++++ RECORDS TO PROCESS

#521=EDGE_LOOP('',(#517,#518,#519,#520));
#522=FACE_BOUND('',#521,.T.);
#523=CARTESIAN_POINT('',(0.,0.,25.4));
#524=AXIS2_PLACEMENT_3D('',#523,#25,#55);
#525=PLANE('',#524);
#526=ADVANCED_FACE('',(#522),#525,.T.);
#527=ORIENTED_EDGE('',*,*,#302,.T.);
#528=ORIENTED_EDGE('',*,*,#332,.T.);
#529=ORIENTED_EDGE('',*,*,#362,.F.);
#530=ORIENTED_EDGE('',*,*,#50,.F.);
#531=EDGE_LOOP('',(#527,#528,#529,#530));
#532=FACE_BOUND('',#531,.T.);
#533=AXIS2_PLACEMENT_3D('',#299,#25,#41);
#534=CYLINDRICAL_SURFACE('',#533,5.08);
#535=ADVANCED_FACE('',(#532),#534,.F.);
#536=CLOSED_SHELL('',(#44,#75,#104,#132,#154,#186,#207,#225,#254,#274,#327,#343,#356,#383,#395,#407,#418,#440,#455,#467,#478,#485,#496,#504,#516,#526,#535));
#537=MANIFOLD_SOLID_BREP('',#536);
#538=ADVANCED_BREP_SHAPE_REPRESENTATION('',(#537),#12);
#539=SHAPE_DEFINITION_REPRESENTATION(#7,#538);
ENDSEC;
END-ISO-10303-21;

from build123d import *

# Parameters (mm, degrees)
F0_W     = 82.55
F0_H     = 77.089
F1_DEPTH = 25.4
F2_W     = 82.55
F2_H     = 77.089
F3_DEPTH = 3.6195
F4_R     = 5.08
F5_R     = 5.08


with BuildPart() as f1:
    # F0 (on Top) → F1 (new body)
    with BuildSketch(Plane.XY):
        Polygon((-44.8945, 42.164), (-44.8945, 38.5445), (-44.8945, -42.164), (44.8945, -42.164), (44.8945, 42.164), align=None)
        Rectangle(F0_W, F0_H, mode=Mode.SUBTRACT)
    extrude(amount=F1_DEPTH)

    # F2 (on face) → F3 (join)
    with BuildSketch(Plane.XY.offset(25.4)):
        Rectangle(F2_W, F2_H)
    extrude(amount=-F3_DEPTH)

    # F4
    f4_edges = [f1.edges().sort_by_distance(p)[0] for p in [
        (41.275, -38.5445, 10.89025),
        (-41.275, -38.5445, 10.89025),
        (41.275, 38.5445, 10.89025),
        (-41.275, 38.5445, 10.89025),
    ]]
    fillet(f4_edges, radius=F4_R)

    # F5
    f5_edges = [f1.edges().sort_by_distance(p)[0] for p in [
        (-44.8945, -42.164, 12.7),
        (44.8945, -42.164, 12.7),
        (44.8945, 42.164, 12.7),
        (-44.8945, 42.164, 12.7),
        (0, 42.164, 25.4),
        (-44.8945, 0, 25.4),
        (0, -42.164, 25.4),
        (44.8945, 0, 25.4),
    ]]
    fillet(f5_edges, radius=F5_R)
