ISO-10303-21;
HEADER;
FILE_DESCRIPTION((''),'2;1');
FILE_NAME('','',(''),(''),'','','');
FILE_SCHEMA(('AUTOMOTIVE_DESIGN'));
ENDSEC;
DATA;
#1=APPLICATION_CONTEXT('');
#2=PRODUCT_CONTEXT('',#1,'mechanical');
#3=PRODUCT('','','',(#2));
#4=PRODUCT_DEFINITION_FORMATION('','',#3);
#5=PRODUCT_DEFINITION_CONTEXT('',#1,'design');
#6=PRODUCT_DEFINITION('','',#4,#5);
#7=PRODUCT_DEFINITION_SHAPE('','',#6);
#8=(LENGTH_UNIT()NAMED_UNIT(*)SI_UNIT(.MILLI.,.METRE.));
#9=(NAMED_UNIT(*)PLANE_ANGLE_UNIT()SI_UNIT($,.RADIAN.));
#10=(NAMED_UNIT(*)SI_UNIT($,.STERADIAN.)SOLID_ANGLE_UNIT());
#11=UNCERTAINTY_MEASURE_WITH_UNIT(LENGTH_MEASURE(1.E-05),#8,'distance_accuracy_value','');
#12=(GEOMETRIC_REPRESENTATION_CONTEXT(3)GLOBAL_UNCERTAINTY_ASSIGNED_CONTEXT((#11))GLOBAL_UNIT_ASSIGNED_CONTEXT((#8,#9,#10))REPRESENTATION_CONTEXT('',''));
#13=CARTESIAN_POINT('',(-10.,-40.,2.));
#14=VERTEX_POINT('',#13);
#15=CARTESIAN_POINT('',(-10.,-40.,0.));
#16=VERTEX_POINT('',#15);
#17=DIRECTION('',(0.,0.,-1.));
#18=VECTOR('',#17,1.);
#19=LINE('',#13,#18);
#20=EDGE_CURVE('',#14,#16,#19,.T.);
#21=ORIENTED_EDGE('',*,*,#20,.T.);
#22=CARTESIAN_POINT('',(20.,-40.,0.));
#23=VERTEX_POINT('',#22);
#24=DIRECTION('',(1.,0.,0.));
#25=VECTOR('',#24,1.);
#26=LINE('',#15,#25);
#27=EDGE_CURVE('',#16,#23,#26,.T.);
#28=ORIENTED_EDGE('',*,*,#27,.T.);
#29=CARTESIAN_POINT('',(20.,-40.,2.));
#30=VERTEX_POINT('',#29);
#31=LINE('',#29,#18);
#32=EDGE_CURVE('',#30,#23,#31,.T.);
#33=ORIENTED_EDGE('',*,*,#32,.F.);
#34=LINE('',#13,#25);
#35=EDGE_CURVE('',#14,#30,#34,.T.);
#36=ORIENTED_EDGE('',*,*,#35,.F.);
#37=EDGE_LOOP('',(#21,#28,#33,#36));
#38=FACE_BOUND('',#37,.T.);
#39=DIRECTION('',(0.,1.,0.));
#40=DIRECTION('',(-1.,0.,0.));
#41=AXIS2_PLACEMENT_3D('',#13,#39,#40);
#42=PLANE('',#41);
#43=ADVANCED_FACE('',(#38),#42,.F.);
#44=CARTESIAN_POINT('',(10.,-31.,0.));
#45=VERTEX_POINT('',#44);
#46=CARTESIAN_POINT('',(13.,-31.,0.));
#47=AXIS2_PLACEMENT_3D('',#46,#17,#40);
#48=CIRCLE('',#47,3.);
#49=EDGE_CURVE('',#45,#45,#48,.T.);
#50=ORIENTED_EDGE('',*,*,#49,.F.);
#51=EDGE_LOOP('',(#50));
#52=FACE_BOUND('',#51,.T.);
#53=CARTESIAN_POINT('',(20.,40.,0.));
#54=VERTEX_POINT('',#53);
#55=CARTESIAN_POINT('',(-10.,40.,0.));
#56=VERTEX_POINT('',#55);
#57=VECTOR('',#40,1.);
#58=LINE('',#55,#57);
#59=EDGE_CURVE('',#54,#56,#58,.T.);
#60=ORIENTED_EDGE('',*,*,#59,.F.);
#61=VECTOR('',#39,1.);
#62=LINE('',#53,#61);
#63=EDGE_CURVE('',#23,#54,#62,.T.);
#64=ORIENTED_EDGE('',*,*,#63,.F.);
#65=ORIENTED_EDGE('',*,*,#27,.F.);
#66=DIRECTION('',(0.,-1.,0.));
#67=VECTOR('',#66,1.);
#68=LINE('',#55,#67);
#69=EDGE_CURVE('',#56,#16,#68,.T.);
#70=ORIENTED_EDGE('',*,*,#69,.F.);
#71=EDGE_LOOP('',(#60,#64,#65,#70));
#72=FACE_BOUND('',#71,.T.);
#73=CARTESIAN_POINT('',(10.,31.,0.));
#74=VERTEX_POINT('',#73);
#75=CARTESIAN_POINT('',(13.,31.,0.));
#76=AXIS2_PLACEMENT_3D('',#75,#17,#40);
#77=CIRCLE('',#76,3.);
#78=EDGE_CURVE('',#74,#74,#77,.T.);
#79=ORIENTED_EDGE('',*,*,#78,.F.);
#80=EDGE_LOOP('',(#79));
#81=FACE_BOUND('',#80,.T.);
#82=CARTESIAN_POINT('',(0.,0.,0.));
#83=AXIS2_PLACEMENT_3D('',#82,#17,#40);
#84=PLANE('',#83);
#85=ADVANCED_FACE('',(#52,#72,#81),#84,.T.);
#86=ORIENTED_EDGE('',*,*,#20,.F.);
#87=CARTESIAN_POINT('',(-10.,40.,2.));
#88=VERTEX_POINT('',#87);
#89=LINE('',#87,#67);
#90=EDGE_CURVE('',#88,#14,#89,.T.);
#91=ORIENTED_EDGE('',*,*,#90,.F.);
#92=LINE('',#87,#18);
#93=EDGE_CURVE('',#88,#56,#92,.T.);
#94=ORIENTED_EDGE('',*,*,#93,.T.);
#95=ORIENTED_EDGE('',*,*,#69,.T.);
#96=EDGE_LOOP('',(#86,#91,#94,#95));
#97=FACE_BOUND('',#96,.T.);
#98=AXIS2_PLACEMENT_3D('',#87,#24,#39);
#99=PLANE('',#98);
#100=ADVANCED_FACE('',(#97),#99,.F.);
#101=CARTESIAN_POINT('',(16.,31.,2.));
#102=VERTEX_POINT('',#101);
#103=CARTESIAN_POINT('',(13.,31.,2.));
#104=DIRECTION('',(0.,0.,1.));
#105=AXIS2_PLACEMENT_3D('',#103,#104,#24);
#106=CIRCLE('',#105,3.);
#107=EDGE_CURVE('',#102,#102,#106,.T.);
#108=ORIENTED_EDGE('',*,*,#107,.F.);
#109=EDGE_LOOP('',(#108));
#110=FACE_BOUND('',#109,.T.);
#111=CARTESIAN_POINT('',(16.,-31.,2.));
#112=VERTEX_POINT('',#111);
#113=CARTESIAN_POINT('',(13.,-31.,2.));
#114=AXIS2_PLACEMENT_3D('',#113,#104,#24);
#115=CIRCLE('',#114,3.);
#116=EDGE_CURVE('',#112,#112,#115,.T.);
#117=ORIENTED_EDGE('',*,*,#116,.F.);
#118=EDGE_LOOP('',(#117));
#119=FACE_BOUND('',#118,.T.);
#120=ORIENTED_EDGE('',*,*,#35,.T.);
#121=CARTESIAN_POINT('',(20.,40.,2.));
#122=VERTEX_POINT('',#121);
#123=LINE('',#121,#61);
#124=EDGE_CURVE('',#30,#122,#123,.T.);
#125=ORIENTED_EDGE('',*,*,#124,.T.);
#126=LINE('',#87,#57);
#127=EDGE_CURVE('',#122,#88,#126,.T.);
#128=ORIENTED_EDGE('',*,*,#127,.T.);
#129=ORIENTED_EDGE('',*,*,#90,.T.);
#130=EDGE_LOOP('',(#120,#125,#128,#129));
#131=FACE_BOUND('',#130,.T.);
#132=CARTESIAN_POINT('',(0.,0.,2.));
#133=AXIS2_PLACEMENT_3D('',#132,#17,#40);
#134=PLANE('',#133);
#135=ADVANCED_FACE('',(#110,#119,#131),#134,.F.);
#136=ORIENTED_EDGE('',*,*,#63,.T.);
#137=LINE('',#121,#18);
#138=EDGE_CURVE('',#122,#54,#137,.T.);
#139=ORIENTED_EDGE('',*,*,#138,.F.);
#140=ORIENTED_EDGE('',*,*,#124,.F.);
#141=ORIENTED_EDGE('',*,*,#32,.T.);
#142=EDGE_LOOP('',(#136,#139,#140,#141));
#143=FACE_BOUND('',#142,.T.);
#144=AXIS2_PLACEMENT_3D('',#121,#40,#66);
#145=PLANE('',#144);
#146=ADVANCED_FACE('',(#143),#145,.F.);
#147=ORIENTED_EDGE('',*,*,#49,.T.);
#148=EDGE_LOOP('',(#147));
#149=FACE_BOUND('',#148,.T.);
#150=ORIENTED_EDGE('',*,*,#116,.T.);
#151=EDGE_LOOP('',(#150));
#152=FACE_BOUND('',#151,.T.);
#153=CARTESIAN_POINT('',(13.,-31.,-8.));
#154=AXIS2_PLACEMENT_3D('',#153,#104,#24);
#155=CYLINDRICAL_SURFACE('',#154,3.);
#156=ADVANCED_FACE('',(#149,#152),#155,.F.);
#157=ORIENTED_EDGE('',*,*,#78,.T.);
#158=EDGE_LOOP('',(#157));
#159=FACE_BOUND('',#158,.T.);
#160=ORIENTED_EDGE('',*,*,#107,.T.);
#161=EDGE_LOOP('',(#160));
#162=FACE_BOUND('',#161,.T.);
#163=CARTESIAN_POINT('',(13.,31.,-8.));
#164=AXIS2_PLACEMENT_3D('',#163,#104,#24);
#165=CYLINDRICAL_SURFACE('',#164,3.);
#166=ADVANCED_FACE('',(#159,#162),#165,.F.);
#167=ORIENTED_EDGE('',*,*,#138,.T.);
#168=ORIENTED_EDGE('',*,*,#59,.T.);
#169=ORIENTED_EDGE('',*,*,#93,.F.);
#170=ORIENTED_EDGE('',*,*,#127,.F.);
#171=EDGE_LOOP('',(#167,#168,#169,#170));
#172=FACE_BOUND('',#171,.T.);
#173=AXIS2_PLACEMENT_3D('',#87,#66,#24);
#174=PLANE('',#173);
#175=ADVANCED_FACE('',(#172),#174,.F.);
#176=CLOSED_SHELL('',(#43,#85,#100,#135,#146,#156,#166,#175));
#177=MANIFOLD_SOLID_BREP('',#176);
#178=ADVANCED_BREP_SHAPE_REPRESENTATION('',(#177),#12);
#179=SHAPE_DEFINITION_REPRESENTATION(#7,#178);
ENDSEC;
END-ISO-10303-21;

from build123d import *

# Parameters (mm, degrees)
SKETCH1_W           = 30
SKETCH1_H           = 80
BOSS_EXTRUDE1_DEPTH = 2
SKETCH2_R           = 3
CUT_EXTRUDE1_DEPTH  = 10


with BuildPart() as part:
    # Sketch1 → Boss-Extrude1 (new body)
    with BuildSketch(Plane.XY):
        with Locations((5, 0)):
            Rectangle(SKETCH1_W, SKETCH1_H)
    extrude(amount=BOSS_EXTRUDE1_DEPTH)

    # Sketch2 → Cut-Extrude1 (cut)
    with BuildSketch(Plane.XY.offset(2)):
        with Locations((13, 31)):
            Circle(SKETCH2_R)
        with Locations((13, -31)):
            Circle(SKETCH2_R)
    extrude(amount=-CUT_EXTRUDE1_DEPTH, mode=Mode.SUBTRACT)


solid = part.part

++++++++

## WHAT THE EXERCISE ASKS
Copy out the range of lines above starting at the line with "#50=ORIENTED_EDGE('',*,*,#49,.F.);" and ending at the line with "#87=CARTESIAN_POINT('',(-10.,40.,2.));", exactly and including both.

## SOLUTION TO THE PROBLEM
#50=ORIENTED_EDGE('',*,*,#49,.F.);
#51=EDGE_LOOP('',(#50));
#52=FACE_BOUND('',#51,.T.);
#53=CARTESIAN_POINT('',(20.,40.,0.));
#54=VERTEX_POINT('',#53);
#55=CARTESIAN_POINT('',(-10.,40.,0.));
#56=VERTEX_POINT('',#55);
#57=VECTOR('',#40,1.);
#58=LINE('',#55,#57);
#59=EDGE_CURVE('',#54,#56,#58,.T.);
#60=ORIENTED_EDGE('',*,*,#59,.F.);
#61=VECTOR('',#39,1.);
#62=LINE('',#53,#61);
#63=EDGE_CURVE('',#23,#54,#62,.T.);
#64=ORIENTED_EDGE('',*,*,#63,.F.);
#65=ORIENTED_EDGE('',*,*,#27,.F.);
#66=DIRECTION('',(0.,-1.,0.));
#67=VECTOR('',#66,1.);
#68=LINE('',#55,#67);
#69=EDGE_CURVE('',#56,#16,#68,.T.);
#70=ORIENTED_EDGE('',*,*,#69,.F.);
#71=EDGE_LOOP('',(#60,#64,#65,#70));
#72=FACE_BOUND('',#71,.T.);
#73=CARTESIAN_POINT('',(10.,31.,0.));
#74=VERTEX_POINT('',#73);
#75=CARTESIAN_POINT('',(13.,31.,0.));
#76=AXIS2_PLACEMENT_3D('',#75,#17,#40);
#77=CIRCLE('',#76,3.);
#78=EDGE_CURVE('',#74,#74,#77,.T.);
#79=ORIENTED_EDGE('',*,*,#78,.F.);
#80=EDGE_LOOP('',(#79));
#81=FACE_BOUND('',#80,.T.);
#82=CARTESIAN_POINT('',(0.,0.,0.));
#83=AXIS2_PLACEMENT_3D('',#82,#17,#40);
#84=PLANE('',#83);
#85=ADVANCED_FACE('',(#52,#72,#81),#84,.T.);
#86=ORIENTED_EDGE('',*,*,#20,.F.);
#87=CARTESIAN_POINT('',(-10.,40.,2.));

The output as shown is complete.